EPU index
At the Applied Data Mining research group at the University of Antwerp, a
classifier was developed to classify news articles as Economic Policy Uncertainty (EPU) related or not. The EPU index is
the number of EPU related articles per day divided by the number of news journals that were crawled. In order to get a
daily update of the EPU index, a number of scrapers were developed that can scrape Belgian (Flemish) news jounals every
day. The resulting EPU index data is available to the broad public here.
The application consists of 3 parts: the web scrapers, a web application and a front end.
- Scrapers: 8 scrapers were developed using Python's Scrapy framework. Scrapy is well documented
here and a tutorial will guide
you through Scrapy's main concepts. The crawlers that do the actual crawling work are called spiders and the spiders
that were developed are documented here.
- Web application: The web application is the place where all articles and their EPU classification scores
are stored. The web application is developed using Django and the most important part
are the models. The data in the web application is served using Django's REST
framework to the front end.
- Front end: The front end contains purely html and JavaScript and uses the C3 and
d3-cloud libraries. The data that is needed for generating the charts are
fetched from the web applications REST end points.
Installation
Check out the installation documentation.
Configuration
The application allows for some configurable parameters. Most notably:
- Journal authentication settings: these should be set in the crawling settings
file. See the crawlers documentation
for more information about those settings.

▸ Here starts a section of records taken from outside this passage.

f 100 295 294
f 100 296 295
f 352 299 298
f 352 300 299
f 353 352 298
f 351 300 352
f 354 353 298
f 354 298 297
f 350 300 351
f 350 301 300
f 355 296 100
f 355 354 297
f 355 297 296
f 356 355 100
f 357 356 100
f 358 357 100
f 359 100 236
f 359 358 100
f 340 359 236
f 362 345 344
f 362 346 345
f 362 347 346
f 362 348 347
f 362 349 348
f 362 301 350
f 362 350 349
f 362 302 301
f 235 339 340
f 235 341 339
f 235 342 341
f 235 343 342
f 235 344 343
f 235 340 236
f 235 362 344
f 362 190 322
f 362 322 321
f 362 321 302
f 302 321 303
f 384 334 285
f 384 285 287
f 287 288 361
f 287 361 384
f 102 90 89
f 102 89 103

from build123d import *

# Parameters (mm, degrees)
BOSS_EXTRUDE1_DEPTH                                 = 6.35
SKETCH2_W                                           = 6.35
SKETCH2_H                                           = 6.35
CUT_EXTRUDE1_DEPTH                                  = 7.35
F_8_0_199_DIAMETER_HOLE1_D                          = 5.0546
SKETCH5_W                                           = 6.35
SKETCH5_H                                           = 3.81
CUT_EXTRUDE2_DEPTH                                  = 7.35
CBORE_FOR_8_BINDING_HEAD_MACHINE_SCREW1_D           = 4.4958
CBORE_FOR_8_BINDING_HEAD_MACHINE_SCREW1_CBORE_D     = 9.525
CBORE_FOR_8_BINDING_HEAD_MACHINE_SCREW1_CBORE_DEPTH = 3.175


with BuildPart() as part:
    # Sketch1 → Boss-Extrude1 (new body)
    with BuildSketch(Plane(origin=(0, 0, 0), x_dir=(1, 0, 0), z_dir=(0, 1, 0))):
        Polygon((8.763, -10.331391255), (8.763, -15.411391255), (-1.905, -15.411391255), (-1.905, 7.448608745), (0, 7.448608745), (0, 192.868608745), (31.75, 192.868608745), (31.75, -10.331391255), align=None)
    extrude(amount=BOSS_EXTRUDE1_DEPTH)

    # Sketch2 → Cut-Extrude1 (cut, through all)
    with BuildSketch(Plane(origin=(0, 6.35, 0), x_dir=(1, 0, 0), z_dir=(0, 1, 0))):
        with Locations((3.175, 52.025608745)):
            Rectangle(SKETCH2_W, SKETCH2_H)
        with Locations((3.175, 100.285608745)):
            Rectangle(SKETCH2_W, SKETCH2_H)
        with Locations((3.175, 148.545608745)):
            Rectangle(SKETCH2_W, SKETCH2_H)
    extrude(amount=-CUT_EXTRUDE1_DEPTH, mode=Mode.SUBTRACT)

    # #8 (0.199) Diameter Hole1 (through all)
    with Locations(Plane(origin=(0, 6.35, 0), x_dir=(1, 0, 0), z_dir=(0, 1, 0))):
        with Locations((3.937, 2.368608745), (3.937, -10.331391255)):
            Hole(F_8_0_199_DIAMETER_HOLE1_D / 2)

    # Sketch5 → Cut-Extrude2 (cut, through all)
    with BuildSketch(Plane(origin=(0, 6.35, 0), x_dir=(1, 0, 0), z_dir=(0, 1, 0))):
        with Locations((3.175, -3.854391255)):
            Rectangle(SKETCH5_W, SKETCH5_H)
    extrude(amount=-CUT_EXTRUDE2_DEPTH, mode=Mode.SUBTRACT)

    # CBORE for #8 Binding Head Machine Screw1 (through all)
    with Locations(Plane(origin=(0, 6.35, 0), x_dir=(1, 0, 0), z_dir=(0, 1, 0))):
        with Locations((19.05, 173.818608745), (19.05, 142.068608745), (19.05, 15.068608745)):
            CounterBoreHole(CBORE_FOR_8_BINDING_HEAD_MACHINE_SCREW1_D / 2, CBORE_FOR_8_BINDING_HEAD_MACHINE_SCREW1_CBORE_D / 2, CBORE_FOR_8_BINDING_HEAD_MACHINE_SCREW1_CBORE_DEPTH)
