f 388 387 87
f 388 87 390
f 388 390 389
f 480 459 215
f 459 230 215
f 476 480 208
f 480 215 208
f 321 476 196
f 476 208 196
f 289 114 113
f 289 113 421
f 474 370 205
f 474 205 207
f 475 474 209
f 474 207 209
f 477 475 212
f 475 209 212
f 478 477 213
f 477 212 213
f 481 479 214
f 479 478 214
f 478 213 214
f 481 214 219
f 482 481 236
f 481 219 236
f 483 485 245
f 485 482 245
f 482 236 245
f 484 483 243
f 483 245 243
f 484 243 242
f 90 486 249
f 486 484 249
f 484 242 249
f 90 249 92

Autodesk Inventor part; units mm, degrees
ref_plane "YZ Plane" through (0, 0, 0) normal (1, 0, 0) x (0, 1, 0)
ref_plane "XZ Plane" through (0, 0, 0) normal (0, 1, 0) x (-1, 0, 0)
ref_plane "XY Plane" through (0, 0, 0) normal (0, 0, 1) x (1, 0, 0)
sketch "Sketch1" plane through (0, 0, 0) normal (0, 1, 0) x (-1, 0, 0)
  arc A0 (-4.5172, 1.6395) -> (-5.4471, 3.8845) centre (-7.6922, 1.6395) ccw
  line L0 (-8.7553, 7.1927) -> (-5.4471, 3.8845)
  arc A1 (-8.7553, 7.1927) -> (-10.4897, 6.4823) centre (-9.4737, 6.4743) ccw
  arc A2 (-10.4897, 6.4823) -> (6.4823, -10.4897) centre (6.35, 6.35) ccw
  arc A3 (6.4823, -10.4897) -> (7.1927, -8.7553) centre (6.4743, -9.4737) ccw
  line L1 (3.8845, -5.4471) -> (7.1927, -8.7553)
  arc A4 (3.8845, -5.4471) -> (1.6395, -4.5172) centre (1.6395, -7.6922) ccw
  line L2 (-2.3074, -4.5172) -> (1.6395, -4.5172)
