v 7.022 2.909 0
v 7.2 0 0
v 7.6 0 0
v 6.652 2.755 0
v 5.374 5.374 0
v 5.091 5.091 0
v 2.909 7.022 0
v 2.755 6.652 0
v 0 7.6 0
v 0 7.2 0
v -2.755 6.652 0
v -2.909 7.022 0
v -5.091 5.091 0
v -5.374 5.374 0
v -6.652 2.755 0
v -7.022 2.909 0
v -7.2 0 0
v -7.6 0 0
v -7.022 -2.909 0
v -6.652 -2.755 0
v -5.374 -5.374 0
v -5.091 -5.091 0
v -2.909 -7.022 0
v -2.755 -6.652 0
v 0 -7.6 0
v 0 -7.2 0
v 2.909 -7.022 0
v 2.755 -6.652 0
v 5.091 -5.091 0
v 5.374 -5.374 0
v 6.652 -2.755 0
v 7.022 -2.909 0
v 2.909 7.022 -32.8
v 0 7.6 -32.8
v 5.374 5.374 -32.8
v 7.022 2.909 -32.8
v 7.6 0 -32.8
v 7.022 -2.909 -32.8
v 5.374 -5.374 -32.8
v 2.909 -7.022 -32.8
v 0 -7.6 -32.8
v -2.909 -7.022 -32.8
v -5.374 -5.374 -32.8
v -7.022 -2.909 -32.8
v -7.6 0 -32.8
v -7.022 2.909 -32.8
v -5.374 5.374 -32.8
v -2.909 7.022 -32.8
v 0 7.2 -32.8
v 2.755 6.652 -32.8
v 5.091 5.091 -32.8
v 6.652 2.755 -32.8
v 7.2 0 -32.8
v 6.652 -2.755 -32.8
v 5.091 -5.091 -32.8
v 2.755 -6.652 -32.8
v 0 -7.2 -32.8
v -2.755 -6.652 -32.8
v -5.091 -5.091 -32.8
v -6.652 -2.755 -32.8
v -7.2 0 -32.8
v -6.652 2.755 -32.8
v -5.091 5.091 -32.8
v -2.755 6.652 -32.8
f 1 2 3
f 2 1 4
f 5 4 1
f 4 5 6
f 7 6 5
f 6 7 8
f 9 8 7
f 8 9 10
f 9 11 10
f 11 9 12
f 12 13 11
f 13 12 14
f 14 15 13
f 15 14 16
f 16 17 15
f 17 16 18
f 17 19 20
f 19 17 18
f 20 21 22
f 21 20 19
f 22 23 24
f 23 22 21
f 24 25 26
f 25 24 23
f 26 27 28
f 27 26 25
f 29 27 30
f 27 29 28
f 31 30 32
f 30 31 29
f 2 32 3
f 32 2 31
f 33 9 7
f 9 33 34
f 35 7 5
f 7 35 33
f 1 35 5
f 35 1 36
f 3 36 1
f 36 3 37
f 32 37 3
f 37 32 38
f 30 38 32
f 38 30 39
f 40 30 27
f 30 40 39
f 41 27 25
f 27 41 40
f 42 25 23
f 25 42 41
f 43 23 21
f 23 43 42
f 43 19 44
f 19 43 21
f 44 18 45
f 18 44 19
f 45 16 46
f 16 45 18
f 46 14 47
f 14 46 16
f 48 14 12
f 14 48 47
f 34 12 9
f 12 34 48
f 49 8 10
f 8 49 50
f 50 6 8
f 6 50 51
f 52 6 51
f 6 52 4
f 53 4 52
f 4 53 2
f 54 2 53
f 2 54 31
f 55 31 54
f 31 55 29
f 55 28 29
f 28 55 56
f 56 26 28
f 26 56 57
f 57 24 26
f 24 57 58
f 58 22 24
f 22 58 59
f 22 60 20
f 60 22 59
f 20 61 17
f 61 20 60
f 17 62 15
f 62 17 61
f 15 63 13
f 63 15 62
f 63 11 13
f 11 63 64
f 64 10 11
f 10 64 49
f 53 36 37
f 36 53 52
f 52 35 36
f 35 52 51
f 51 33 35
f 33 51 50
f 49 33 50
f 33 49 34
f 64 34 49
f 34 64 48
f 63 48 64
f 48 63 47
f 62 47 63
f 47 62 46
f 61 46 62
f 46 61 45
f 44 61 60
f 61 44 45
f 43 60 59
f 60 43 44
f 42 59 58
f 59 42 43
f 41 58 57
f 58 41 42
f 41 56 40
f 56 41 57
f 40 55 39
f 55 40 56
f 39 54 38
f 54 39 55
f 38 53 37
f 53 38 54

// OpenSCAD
// file: ../p/4-4rin18.scad
use <../lib.scad>
function ldraw_lib__4_4rin18() = [
// 0 Ring 18 x 1.0
// 0 Name: 4-4rin18.dat
// 0 Author: Guy Vivan [guyvivan]
// 0 !LDRAW_ORG Primitive UPDATE 2009-03
// 0 !LICENSE Licensed under CC BY 2.0 and CC BY 4.0 : see CAreadme.txt
// 
// 0 BFC CERTIFY CCW
  [0,"BFC","CERTIFY"],
  [0,"BFC","CCW"],
// 
// 0 !HISTORY 2009-12-29 [PTadmin] Official Update 2009-03
// 
// 
// 4 16 18 0 0 19 0 0 17.5541 0 7.2713 16.6302 0 6.8886
  [4,16,18,0,0,19,0,0,17.5541,0,7.2713,16.6302,0,6.8886],
// 4 16 16.6302 0 6.8886 17.5541 0 7.2713 13.4349 0 13.4349 12.7278 0 12.7278
  [4,16,16.6302,0,6.8886,17.5541,0,7.2713,13.4349,0,13.4349,12.7278,0,12.7278],
// 4 16 12.7278 0 12.7278 13.4349 0 13.4349 7.2713 0 17.5541 6.8886 0 16.6302
  [4,16,12.7278,0,12.7278,13.4349,0,13.4349,7.2713,0,17.5541,6.8886,0,16.6302],
// 4 16 6.8886 0 16.6302 7.2713 0 17.5541 0 0 19 0 0 18
  [4,16,6.8886,0,16.6302,7.2713,0,17.5541,0,0,19,0,0,18],
// 4 16 0 0 18 0 0 19 -7.2713 0 17.5541 -6.8886 0 16.6302
  [4,16,0,0,18,0,0,19,-7.2713,0,17.5541,-6.8886,0,16.6302],
// 4 16 -6.8886 0 16.6302 -7.2713 0 17.5541 -13.4349 0 13.4349 -12.7278 0 12.7278
  [4,16,-6.8886,0,16.6302,-7.2713,0,17.5541,-13.4349,0,13.4349,-12.7278,0,12.7278],
// 4 16 -12.7278 0 12.7278 -13.4349 0 13.4349 -17.5541 0 7.2713 -16.6302 0 6.8886
  [4,16,-12.7278,0,12.7278,-13.4349,0,13.4349,-17.5541,0,7.2713,-16.6302,0,6.8886],
// 4 16 -16.6302 0 6.8886 -17.5541 0 7.2713 -19 0 0 -18 0 0
  [4,16,-16.6302,0,6.8886,-17.5541,0,7.2713,-19,0,0,-18,0,0],
// 4 16 -18 0 0 -19 0 0 -17.5541 0 -7.2713 -16.6302 0 -6.8886
  [4,16,-18,0,0,-19,0,0,-17.5541,0,-7.2713,-16.6302,0,-6.8886],
// 4 16 -16.6302 0 -6.8886 -17.5541 0 -7.2713 -13.4349 0 -13.4349 -12.7278 0 -12.7278
  [4,16,-16.6302,0,-6.8886,-17.5541,0,-7.2713,-13.4349,0,-13.4349,-12.7278,0,-12.7278],
// 4 16 -12.7278 0 -12.7278 -13.4349 0 -13.4349 -7.2713 0 -17.5541 -6.8886 0 -16.6302
  [4,16,-12.7278,0,-12.7278,-13.4349,0,-13.4349,-7.2713,0,-17.5541,-6.8886,0,-16.6302],
// 4 16 -6.8886 0 -16.6302 -7.2713 0 -17.5541 0 0 -19 0 0 -18
  [4,16,-6.8886,0,-16.6302,-7.2713,0,-17.5541,0,0,-19,0,0,-18],
// 4 16 0 0 -18 0 0 -19 7.2713 0 -17.5541 6.8886 0 -16.6302
  [4,16,0,0,-18,0,0,-19,7.2713,0,-17.5541,6.8886,0,-16.6302],
// 4 16 6.8886 0 -16.6302 7.2713 0 -17.5541 13.4349 0 -13.4349 12.7278 0 -12.7278
  [4,16,6.8886,0,-16.6302,7.2713,0,-17.5541,13.4349,0,-13.4349,12.7278,0,-12.7278],
// 4 16 12.7278 0 -12.7278 13.4349 0 -13.4349 17.5541 0 -7.2713 16.6302 0 -6.8886
  [4,16,12.7278,0,-12.7278,13.4349,0,-13.4349,17.5541,0,-7.2713,16.6302,0,-6.8886],
// 4 16 16.6302 0 -6.8886 17.5541 0 -7.2713 19 0 0 18 0 0
  [4,16,16.6302,0,-6.8886,17.5541,0,-7.2713,19,0,0,18,0,0],
// 
// 0 end of file
// 
];
module ldraw_lib__4_4rin18(step=0, col=false, unit=2/5, alt=false, line=0.2, solid=!$preview)
    makepoly(ldraw_lib__4_4rin18(), step=step, col=col, unit=unit, alt=alt, line=line, solid=solid);
ldraw_lib__4_4rin18(line=0.2);
// file: ../p/4-4edge.scad
use <../lib.scad>
function ldraw_lib__4_4edge() = [
// 0 Circle 1.0
// 0 Name: 4-4edge.dat
// 0 Author: James Jessiman
// 0 !LDRAW_ORG Primitive UPDATE 2017-01
// 0 !LICENSE Licensed under CC BY 4.0 : see CAreadme.txt
// 
// 0 BFC CERTIFY CCW
  [0,"BFC","CERTIFY"],
  [0,"BFC","CCW"],
// 
// 0 !HISTORY 1998-12-15 [PTadmin] Official Update 1998-10
// 0 !HISTORY 2005-12-28 [PTadmin] Official Update 2005-01
// 0 !HISTORY 2007-06-24 [PTadmin] Header formatted for Contributor Agreement
// 0 !HISTORY 2008-07-01 [PTadmin] Official Update 2008-01
// 0 !HISTORY 2017-01-15 [Steffen] BFCed
// 0 !HISTORY 2017-12-30 [PTadmin] Official Update 2017-01
// 
// 
// 2 24 1 0 0 0.9239 0 0.3827
  [2,24,1,0,0,0.9239,0,0.3827],
// 2 24 0.9239 0 0.3827 0.7071 0 0.7071
  [2,24,0.9239,0,0.3827,0.7071,0,0.7071],
// 2 24 0.7071 0 0.7071 0.3827 0 0.9239
  [2,24,0.7071,0,0.7071,0.3827,0,0.9239],
// 2 24 0.3827 0 0.9239 0 0 1
  [2,24,0.3827,0,0.9239,0,0,1],
// 2 24 0 0 1 -0.3827 0 0.9239
  [2,24,0,0,1,-0.3827,0,0.9239],
// 2 24 -0.3827 0 0.9239 -0.7071 0 0.7071
  [2,24,-0.3827,0,0.9239,-0.7071,0,0.7071],
// 2 24 -0.7071 0 0.7071 -0.9239 0 0.3827
  [2,24,-0.7071,0,0.7071,-0.9239,0,0.3827],
// 2 24 -0.9239 0 0.3827 -1 0 -0
  [2,24,-0.9239,0,0.3827,-1,0,-0],
// 2 24 -1 0 -0 -0.9239 0 -0.3827
  [2,24,-1,0,-0,-0.9239,0,-0.3827],
// 2 24 -0.9239 0 -0.3827 -0.7071 0 -0.7071
  [2,24,-0.9239,0,-0.3827,-0.7071,0,-0.7071],
// 2 24 -0.7071 0 -0.7071 -0.3827 0 -0.9239
  [2,24,-0.7071,0,-0.7071,-0.3827,0,-0.9239],
// 2 24 -0.3827 0 -0.9239 0 0 -1
  [2,24,-0.3827,0,-0.9239,0,0,-1],
// 2 24 0 0 -1 0.3827 0 -0.9239
  [2,24,0,0,-1,0.3827,0,-0.9239],
// 2 24 0.3827 0 -0.9239 0.7071 0 -0.7071
  [2,24,0.3827,0,-0.9239,0.7071,0,-0.7071],
// 2 24 0.7071 0 -0.7071 0.9239 0 -0.3827
  [2,24,0.7071,0,-0.7071,0.9239,0,-0.3827],
// 2 24 0.9239 0 -0.3827 1 0 0
  [2,24,0.9239,0,-0.3827,1,0,0],
];
module ldraw_lib__4_4edge(step=0, col=false, unit=2/5, alt=false, line=0.2, solid=!$preview)
    makepoly(ldraw_lib__4_4edge(), step=step, col=col, unit=unit, alt=alt, line=line, solid=solid);
ldraw_lib__4_4edge(line=0.2);
// file: ../p/4-4cyli.scad
use <../lib.scad>
function ldraw_lib__4_4cyli() = [
// 0 Cylinder 1.0
// 0 Name: 4-4cyli.dat
// 0 Author: James Jessiman
// 0 !LDRAW_ORG Primitive UPDATE 2005-01
// 0 !LICENSE Licensed under CC BY 4.0 : see CAreadme.txt
// 
// 0 BFC CERTIFY CCW
  [0,"BFC","CERTIFY"],
  [0,"BFC","CCW"],
// 
// 0 !HISTORY 1998-12-15 [PTadmin] Official Update 1998-10
// 0 !HISTORY 2002-03-23 [sbliss] Added BFC statement; merged headers from files in distributions LDraw 0.27 and Complete.
// 0 !HISTORY 2002-04-25 [PTadmin] Official Update 2002-02
// 0 !HISTORY 2004-12-14 [guyvivan] BFC CCW
// 0 !HISTORY 2005-12-28 [PTadmin] Official Update 2005-01
// 0 !HISTORY 2007-06-24 [PTadmin] Header formatted for Contributor Agreement
// 0 !HISTORY 2008-07-01 [PTadmin] Official Update 2008-01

- Period and term to scrape: these can also be found in the crawling settings
file.
- Model file: this file should contain a comma separated list of words and their weights to be used to score an
article. It should include a header
word,weight
. This setting in the crawling settings
file points to the model file. Since this models file is used
by the scraper, only newly scraped articles will be affected when a new file is used.

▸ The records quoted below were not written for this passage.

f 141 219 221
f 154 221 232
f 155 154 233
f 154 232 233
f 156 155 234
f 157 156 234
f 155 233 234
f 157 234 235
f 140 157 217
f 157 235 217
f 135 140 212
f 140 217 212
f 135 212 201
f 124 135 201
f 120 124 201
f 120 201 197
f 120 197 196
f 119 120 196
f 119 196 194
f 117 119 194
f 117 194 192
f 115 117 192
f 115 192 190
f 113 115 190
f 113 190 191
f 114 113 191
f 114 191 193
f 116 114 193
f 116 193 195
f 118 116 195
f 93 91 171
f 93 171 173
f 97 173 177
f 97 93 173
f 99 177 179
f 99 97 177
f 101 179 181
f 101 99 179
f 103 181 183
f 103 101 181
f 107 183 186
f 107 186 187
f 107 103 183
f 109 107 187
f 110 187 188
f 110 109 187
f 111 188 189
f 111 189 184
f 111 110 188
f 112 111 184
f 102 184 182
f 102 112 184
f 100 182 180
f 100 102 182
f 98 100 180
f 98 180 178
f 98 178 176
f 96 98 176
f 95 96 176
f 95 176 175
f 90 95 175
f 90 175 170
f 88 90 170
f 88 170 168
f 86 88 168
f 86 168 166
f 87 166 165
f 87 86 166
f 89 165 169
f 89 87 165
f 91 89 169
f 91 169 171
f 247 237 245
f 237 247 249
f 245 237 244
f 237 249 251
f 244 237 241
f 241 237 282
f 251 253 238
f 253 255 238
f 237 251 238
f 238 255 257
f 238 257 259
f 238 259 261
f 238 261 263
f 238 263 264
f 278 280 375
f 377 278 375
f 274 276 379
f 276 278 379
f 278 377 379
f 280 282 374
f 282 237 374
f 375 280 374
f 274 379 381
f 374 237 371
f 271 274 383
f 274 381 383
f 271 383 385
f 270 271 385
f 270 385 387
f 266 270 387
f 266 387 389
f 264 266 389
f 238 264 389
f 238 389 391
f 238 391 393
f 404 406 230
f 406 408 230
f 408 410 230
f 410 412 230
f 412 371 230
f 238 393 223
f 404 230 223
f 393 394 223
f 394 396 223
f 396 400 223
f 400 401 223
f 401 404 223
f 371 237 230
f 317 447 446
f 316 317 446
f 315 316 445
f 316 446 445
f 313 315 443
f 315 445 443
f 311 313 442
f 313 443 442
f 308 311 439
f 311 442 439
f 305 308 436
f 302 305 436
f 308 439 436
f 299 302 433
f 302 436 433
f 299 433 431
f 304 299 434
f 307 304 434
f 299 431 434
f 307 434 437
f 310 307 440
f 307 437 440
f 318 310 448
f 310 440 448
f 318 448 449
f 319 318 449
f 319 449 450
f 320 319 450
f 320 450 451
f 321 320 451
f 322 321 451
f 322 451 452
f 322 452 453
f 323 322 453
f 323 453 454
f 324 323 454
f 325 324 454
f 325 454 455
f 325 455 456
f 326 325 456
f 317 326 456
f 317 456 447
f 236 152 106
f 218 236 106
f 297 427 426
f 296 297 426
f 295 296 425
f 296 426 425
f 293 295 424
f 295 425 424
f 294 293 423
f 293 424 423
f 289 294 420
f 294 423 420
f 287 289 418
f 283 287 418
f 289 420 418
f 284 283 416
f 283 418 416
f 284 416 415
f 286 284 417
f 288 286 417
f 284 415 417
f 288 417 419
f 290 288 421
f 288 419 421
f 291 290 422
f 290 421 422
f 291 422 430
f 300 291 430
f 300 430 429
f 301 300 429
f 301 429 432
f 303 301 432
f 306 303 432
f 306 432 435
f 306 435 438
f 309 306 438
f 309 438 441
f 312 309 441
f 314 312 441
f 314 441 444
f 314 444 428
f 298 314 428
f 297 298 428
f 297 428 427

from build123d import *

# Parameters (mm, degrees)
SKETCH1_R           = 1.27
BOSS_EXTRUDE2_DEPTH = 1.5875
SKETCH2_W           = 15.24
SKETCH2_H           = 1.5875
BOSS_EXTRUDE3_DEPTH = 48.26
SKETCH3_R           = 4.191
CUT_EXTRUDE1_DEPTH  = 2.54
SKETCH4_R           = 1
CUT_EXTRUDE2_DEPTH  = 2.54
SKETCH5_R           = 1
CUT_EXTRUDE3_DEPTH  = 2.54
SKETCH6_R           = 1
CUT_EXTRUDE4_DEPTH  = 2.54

- EPU Score Cutoff: this cutoff defines at which score articles are considered positive. You can alter this cutoff
in the models file but note that you will have to re-run the custom django command
calculate_daily_epu
for all dates already in the database.
- Stopwords: the stopwords are documented as a tuple in the models file. To generate
such a tuple from a text file, you can use the stand alone script stopwords_to_tuple.py and
paste the result in the models file.
- Email notifications: the application will check every day whether the scrapers are still working. This is done by
checking for a number of consecutive days that no articles were returned. This cutoff is defined
here and the email recipients should be added as the
ALERT_EMAIL_TO
setting in the
same file. A number of other settings regarding the email alerts are set in production only (host, port, etc.).